Sample Complexity of Linear Regression Models for Opinion Formation in Networks
Haolin Liu, Rajmohan Rajaraman, Ravi Sundaram, Anil Vullikanti, Omer Wasim, Haifeng Xu
TL;DR
This work studies the sample complexity needed for opinion convergence on networks by treating each agent's opinion as a data-derived model and analyzing the Nash equilibrium of an opinion formation game. It derives a concrete linear-regression-based framework where the equilibrium is given by $\boldsymbol{\theta}^{eq}=W^{-1}\boldsymbol{\bar{\theta}}$ with $W=\mathcal{L}+I$, and defines the total sample complexity $TSC(G,\pmb{v},k,\epsilon)$ as the minimal total samples ensuring $L(\theta^{eq}_i)\le\epsilon$ for all agents. The paper proves a near-tight bound $TSC(G,\pmb{v},k,\epsilon)=\Theta(\sum_i m_i^* + nk)$ via a convex optimization formulation, and provides explicit degree-based sampling rules $m_i^* \propto \frac{1}{\alpha d_i+1}$ for uniform influence and more general bounds for arbitrary influence factors using matrices $W^{-1}$, $B$ and vectors $\gamma$. It characterizes network gain across graph classes (clique, star, hypercube, random $d$-regular, and expanders) and shows substantial gains in well-connected networks, while highlighting inverse-degree sampling and the effect of edge expansion.
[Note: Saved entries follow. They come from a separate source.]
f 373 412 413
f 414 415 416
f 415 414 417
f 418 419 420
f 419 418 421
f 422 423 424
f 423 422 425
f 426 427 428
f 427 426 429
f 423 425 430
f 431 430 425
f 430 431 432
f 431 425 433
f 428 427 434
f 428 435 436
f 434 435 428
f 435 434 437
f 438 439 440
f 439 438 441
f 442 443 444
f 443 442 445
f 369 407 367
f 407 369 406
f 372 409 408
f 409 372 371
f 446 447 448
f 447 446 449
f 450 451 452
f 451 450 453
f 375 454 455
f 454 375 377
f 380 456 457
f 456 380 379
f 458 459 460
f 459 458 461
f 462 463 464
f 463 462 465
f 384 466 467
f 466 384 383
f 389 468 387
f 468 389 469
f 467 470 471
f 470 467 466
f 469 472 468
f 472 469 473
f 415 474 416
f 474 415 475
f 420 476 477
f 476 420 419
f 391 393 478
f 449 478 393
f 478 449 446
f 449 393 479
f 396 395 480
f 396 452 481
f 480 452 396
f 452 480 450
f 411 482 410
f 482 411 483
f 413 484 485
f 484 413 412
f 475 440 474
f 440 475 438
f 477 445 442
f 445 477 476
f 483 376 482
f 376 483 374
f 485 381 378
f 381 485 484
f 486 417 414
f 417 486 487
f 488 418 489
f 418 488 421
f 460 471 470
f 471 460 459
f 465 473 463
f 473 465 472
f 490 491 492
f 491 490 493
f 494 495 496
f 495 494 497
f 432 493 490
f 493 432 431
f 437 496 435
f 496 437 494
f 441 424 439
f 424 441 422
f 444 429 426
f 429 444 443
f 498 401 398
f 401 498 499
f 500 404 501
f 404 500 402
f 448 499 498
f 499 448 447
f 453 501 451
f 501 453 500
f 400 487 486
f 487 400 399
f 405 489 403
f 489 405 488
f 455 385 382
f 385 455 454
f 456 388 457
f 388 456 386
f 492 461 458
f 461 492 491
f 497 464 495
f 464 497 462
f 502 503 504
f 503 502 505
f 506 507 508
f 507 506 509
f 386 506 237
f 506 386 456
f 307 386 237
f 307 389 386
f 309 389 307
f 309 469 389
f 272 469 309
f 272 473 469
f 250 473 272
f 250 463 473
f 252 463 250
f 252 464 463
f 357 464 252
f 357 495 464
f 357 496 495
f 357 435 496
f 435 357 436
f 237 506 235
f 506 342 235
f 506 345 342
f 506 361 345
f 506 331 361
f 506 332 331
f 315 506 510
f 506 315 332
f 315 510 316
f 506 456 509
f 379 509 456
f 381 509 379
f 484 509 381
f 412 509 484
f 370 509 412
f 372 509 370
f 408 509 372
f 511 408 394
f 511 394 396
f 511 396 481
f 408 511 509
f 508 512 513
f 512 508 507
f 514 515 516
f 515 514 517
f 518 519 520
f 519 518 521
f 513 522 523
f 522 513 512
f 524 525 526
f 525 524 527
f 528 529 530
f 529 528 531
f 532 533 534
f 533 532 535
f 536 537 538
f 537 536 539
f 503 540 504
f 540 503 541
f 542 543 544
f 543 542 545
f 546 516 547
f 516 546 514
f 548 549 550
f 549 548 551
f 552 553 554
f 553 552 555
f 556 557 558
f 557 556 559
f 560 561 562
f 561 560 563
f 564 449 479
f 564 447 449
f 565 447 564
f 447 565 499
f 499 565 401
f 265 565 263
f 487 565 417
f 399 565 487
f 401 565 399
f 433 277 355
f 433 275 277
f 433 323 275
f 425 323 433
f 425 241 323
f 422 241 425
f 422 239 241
Empirical results on synthetic and real networks corroborate the theory and demonstrate the practical utility of the proposed optimization approach (SOCP) for allocating samples to minimize equilibrium generalization error. Overall, the work connects opinion dynamics, graph signal processing, and decentralized learning to provide actionable guidance on allocating data to achieve accurate, network-wide opinion models with limited resources.
Abstract
Consider public health officials aiming to spread awareness about a new vaccine in a community interconnected by a social network. How can they distribute information with minimal resources, so as to avoid polarization and ensure community-wide convergence of opinion? To tackle such challenges, we initiate the study of sample complexity of opinion convergence in networks. Our framework is built on the recognized opinion formation game, where we regard the opinion of each agent as a data-derived model, unlike previous works that treat opinions as data-independent scalars. The opinion model for every agent is initially learned from its local samples and evolves game-theoretically as all agents communicate with neighbors and revise their models towards an equilibrium. Our focus is on the sample complexity needed to ensure that the opinions converge to an equilibrium such that the final model of every agent has low generalization error. Our paper has two main technical results. First, we present a novel polynomial time optimization framework to quantify the total sample complexity for arbitrary networks, when the underlying learning problem is (generalized) linear regression. Second, we leverage this optimization to study the network gain which measures the improvement of sample complexity when learning over a network compared to that in isolation. Towards this end, we derive network gain bounds for various network classes including cliques, star graphs, and random regular graphs. Additionally, our framework provides a method to study sample distribution within the network, suggesting that it is sufficient to allocate samples inversely to the degree. Empirical results on both synthetic and real-world networks strongly support our theoretical findings.